[Stored data entries]
=== Section Start ===
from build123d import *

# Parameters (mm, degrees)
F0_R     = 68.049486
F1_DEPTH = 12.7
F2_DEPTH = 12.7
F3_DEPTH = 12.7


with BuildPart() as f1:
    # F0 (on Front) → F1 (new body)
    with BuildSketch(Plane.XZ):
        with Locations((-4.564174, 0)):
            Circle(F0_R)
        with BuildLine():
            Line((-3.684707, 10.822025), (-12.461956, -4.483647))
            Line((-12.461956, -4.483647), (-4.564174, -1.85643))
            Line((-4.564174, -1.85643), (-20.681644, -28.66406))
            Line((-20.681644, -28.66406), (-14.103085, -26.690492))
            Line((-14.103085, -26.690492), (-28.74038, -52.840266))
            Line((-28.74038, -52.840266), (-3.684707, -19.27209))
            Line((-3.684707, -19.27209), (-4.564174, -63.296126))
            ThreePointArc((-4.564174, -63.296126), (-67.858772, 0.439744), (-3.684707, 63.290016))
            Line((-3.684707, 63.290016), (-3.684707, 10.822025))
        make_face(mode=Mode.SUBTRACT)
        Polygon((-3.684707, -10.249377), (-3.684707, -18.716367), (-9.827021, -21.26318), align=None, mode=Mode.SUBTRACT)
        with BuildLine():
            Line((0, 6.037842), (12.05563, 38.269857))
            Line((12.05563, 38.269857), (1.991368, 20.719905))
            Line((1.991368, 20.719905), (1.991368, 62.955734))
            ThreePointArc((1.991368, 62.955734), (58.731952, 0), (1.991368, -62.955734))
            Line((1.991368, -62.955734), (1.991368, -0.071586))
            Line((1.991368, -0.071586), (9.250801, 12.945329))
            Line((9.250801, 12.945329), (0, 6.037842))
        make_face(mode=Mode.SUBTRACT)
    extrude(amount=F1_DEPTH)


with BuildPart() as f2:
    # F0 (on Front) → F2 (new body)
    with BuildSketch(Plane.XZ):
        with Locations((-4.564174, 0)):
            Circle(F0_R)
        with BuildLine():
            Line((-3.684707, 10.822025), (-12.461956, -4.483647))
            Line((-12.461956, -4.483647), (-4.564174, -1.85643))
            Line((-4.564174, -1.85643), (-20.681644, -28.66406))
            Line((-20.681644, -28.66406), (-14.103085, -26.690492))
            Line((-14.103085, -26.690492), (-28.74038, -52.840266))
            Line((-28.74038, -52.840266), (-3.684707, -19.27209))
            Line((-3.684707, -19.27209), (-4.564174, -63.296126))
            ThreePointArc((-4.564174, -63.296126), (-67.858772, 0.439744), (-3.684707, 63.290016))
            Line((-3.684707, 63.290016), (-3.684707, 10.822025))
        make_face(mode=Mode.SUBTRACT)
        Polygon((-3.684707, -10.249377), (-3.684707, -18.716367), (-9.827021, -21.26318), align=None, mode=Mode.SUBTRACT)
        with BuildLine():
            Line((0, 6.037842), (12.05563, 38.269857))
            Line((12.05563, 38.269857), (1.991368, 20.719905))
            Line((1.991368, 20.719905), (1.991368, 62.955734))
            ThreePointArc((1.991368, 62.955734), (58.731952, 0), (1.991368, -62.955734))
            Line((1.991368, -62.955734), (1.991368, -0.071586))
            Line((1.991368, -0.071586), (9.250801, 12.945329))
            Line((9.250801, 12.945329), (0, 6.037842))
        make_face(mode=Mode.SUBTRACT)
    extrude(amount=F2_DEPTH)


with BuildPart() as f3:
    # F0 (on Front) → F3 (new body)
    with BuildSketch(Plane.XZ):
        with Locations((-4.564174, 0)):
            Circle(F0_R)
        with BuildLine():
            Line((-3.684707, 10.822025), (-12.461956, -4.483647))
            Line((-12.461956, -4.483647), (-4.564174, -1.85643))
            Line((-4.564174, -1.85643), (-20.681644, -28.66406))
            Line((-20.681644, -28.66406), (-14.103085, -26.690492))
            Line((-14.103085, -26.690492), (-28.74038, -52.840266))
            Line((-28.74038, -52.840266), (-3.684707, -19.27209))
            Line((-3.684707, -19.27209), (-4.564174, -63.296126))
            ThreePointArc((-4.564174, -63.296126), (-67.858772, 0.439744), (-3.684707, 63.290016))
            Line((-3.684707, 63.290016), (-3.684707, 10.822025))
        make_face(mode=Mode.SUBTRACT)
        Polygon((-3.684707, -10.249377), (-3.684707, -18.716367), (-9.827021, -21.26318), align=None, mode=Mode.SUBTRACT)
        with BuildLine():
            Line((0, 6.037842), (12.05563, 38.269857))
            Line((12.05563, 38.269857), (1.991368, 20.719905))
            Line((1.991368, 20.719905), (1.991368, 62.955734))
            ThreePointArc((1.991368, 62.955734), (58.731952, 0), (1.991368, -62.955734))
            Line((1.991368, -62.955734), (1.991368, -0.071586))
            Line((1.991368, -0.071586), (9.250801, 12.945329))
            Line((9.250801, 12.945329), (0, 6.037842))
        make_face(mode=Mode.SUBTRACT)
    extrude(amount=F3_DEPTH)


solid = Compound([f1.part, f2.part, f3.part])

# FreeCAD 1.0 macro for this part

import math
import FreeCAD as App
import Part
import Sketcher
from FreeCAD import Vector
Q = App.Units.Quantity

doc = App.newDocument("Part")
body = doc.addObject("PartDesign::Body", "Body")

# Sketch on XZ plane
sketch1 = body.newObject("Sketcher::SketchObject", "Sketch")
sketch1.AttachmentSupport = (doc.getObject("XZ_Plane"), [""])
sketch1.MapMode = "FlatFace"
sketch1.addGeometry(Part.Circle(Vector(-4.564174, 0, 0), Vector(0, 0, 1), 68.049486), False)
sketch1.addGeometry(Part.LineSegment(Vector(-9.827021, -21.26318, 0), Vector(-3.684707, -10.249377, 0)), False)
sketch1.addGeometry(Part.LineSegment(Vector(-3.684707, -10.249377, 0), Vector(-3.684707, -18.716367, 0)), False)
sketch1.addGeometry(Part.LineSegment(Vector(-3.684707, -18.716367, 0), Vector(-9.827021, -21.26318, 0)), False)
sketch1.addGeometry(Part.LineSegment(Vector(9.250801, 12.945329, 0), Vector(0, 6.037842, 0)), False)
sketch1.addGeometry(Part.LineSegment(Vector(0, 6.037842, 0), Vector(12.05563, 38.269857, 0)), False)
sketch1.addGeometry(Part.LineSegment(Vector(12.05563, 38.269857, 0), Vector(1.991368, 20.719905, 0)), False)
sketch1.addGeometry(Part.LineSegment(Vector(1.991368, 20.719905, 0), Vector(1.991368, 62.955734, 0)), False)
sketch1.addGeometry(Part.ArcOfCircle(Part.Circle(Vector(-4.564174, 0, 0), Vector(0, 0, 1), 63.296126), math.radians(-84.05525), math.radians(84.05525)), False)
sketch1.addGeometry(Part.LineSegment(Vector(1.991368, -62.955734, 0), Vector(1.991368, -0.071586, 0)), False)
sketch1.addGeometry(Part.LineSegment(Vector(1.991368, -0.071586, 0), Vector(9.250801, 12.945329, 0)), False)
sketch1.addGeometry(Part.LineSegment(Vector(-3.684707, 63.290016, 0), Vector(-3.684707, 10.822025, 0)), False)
=== Section End ===
Output the records verbatim, from the first line to the last.

#### [Exercise answer]
from build123d import *

# Parameters (mm, degrees)
F0_R     = 68.049486
F1_DEPTH = 12.7
F2_DEPTH = 12.7
F3_DEPTH = 12.7


with BuildPart() as f1:
    # F0 (on Front) → F1 (new body)
    with BuildSketch(Plane.XZ):
        with Locations((-4.564174, 0)):
            Circle(F0_R)
        with BuildLine():
            Line((-3.684707, 10.822025), (-12.461956, -4.483647))
            Line((-12.461956, -4.483647), (-4.564174, -1.85643))
            Line((-4.564174, -1.85643), (-20.681644, -28.66406))
            Line((-20.681644, -28.66406), (-14.103085, -26.690492))
            Line((-14.103085, -26.690492), (-28.74038, -52.840266))
            Line((-28.74038, -52.840266), (-3.684707, -19.27209))
            Line((-3.684707, -19.27209), (-4.564174, -63.296126))
            ThreePointArc((-4.564174, -63.296126), (-67.858772, 0.439744), (-3.684707, 63.290016))
            Line((-3.684707, 63.290016), (-3.684707, 10.822025))
        make_face(mode=Mode.SUBTRACT)
        Polygon((-3.684707, -10.249377), (-3.684707, -18.716367), (-9.827021, -21.26318), align=None, mode=Mode.SUBTRACT)
        with BuildLine():
            Line((0, 6.037842), (12.05563, 38.269857))
            Line((12.05563, 38.269857), (1.991368, 20.719905))
            Line((1.991368, 20.719905), (1.991368, 62.955734))
            ThreePointArc((1.991368, 62.955734), (58.731952, 0), (1.991368, -62.955734))
            Line((1.991368, -62.955734), (1.991368, -0.071586))
            Line((1.991368, -0.071586), (9.250801, 12.945329))
            Line((9.250801, 12.945329), (0, 6.037842))
        make_face(mode=Mode.SUBTRACT)
    extrude(amount=F1_DEPTH)


with BuildPart() as f2:
    # F0 (on Front) → F2 (new body)
    with BuildSketch(Plane.XZ):
        with Locations((-4.564174, 0)):
            Circle(F0_R)
        with BuildLine():
            Line((-3.684707, 10.822025), (-12.461956, -4.483647))
            Line((-12.461956, -4.483647), (-4.564174, -1.85643))
            Line((-4.564174, -1.85643), (-20.681644, -28.66406))
            Line((-20.681644, -28.66406), (-14.103085, -26.690492))
            Line((-14.103085, -26.690492), (-28.74038, -52.840266))
            Line((-28.74038, -52.840266), (-3.684707, -19.27209))
            Line((-3.684707, -19.27209), (-4.564174, -63.296126))
            ThreePointArc((-4.564174, -63.296126), (-67.858772, 0.439744), (-3.684707, 63.290016))
            Line((-3.684707, 63.290016), (-3.684707, 10.822025))
        make_face(mode=Mode.SUBTRACT)
        Polygon((-3.684707, -10.249377), (-3.684707, -18.716367), (-9.827021, -21.26318), align=None, mode=Mode.SUBTRACT)
        with BuildLine():
            Line((0, 6.037842), (12.05563, 38.269857))
            Line((12.05563, 38.269857), (1.991368, 20.719905))
            Line((1.991368, 20.719905), (1.991368, 62.955734))
            ThreePointArc((1.991368, 62.955734), (58.731952, 0), (1.991368, -62.955734))
            Line((1.991368, -62.955734), (1.991368, -0.071586))
            Line((1.991368, -0.071586), (9.250801, 12.945329))
            Line((9.250801, 12.945329), (0, 6.037842))
        make_face(mode=Mode.SUBTRACT)
    extrude(amount=F2_DEPTH)


with BuildPart() as f3:
    # F0 (on Front) → F3 (new body)
    with BuildSketch(Plane.XZ):
        with Locations((-4.564174, 0)):
            Circle(F0_R)
        with BuildLine():
            Line((-3.684707, 10.822025), (-12.461956, -4.483647))
            Line((-12.461956, -4.483647), (-4.564174, -1.85643))
            Line((-4.564174, -1.85643), (-20.681644, -28.66406))
            Line((-20.681644, -28.66406), (-14.103085, -26.690492))
            Line((-14.103085, -26.690492), (-28.74038, -52.840266))
            Line((-28.74038, -52.840266), (-3.684707, -19.27209))
            Line((-3.684707, -19.27209), (-4.564174, -63.296126))
            ThreePointArc((-4.564174, -63.296126), (-67.858772, 0.439744), (-3.684707, 63.290016))
            Line((-3.684707, 63.290016), (-3.684707, 10.822025))
        make_face(mode=Mode.SUBTRACT)
        Polygon((-3.684707, -10.249377), (-3.684707, -18.716367), (-9.827021, -21.26318), align=None, mode=Mode.SUBTRACT)
        with BuildLine():
            Line((0, 6.037842), (12.05563, 38.269857))
            Line((12.05563, 38.269857), (1.991368, 20.719905))
            Line((1.991368, 20.719905), (1.991368, 62.955734))
            ThreePointArc((1.991368, 62.955734), (58.731952, 0), (1.991368, -62.955734))
            Line((1.991368, -62.955734), (1.991368, -0.071586))
            Line((1.991368, -0.071586), (9.250801, 12.945329))
            Line((9.250801, 12.945329), (0, 6.037842))
        make_face(mode=Mode.SUBTRACT)
    extrude(amount=F3_DEPTH)


solid = Compound([f1.part, f2.part, f3.part])

# FreeCAD 1.0 macro for this part

import math
import FreeCAD as App
import Part
import Sketcher
from FreeCAD import Vector
Q = App.Units.Quantity

doc = App.newDocument("Part")
body = doc.addObject("PartDesign::Body", "Body")

# Sketch on XZ plane
sketch1 = body.newObject("Sketcher::SketchObject", "Sketch")
sketch1.AttachmentSupport = (doc.getObject("XZ_Plane"), [""])
sketch1.MapMode = "FlatFace"
sketch1.addGeometry(Part.Circle(Vector(-4.564174, 0, 0), Vector(0, 0, 1), 68.049486), False)
sketch1.addGeometry(Part.LineSegment(Vector(-9.827021, -21.26318, 0), Vector(-3.684707, -10.249377, 0)), False)
sketch1.addGeometry(Part.LineSegment(Vector(-3.684707, -10.249377, 0), Vector(-3.684707, -18.716367, 0)), False)
sketch1.addGeometry(Part.LineSegment(Vector(-3.684707, -18.716367, 0), Vector(-9.827021, -21.26318, 0)), False)
sketch1.addGeometry(Part.LineSegment(Vector(9.250801, 12.945329, 0), Vector(0, 6.037842, 0)), False)
sketch1.addGeometry(Part.LineSegment(Vector(0, 6.037842, 0), Vector(12.05563, 38.269857, 0)), False)
sketch1.addGeometry(Part.LineSegment(Vector(12.05563, 38.269857, 0), Vector(1.991368, 20.719905, 0)), False)
sketch1.addGeometry(Part.LineSegment(Vector(1.991368, 20.719905, 0), Vector(1.991368, 62.955734, 0)), False)
sketch1.addGeometry(Part.ArcOfCircle(Part.Circle(Vector(-4.564174, 0, 0), Vector(0, 0, 1), 63.296126), math.radians(-84.05525), math.radians(84.05525)), False)
sketch1.addGeometry(Part.LineSegment(Vector(1.991368, -62.955734, 0), Vector(1.991368, -0.071586, 0)), False)
sketch1.addGeometry(Part.LineSegment(Vector(1.991368, -0.071586, 0), Vector(9.250801, 12.945329, 0)), False)
sketch1.addGeometry(Part.LineSegment(Vector(-3.684707, 63.290016, 0), Vector(-3.684707, 10.822025, 0)), False)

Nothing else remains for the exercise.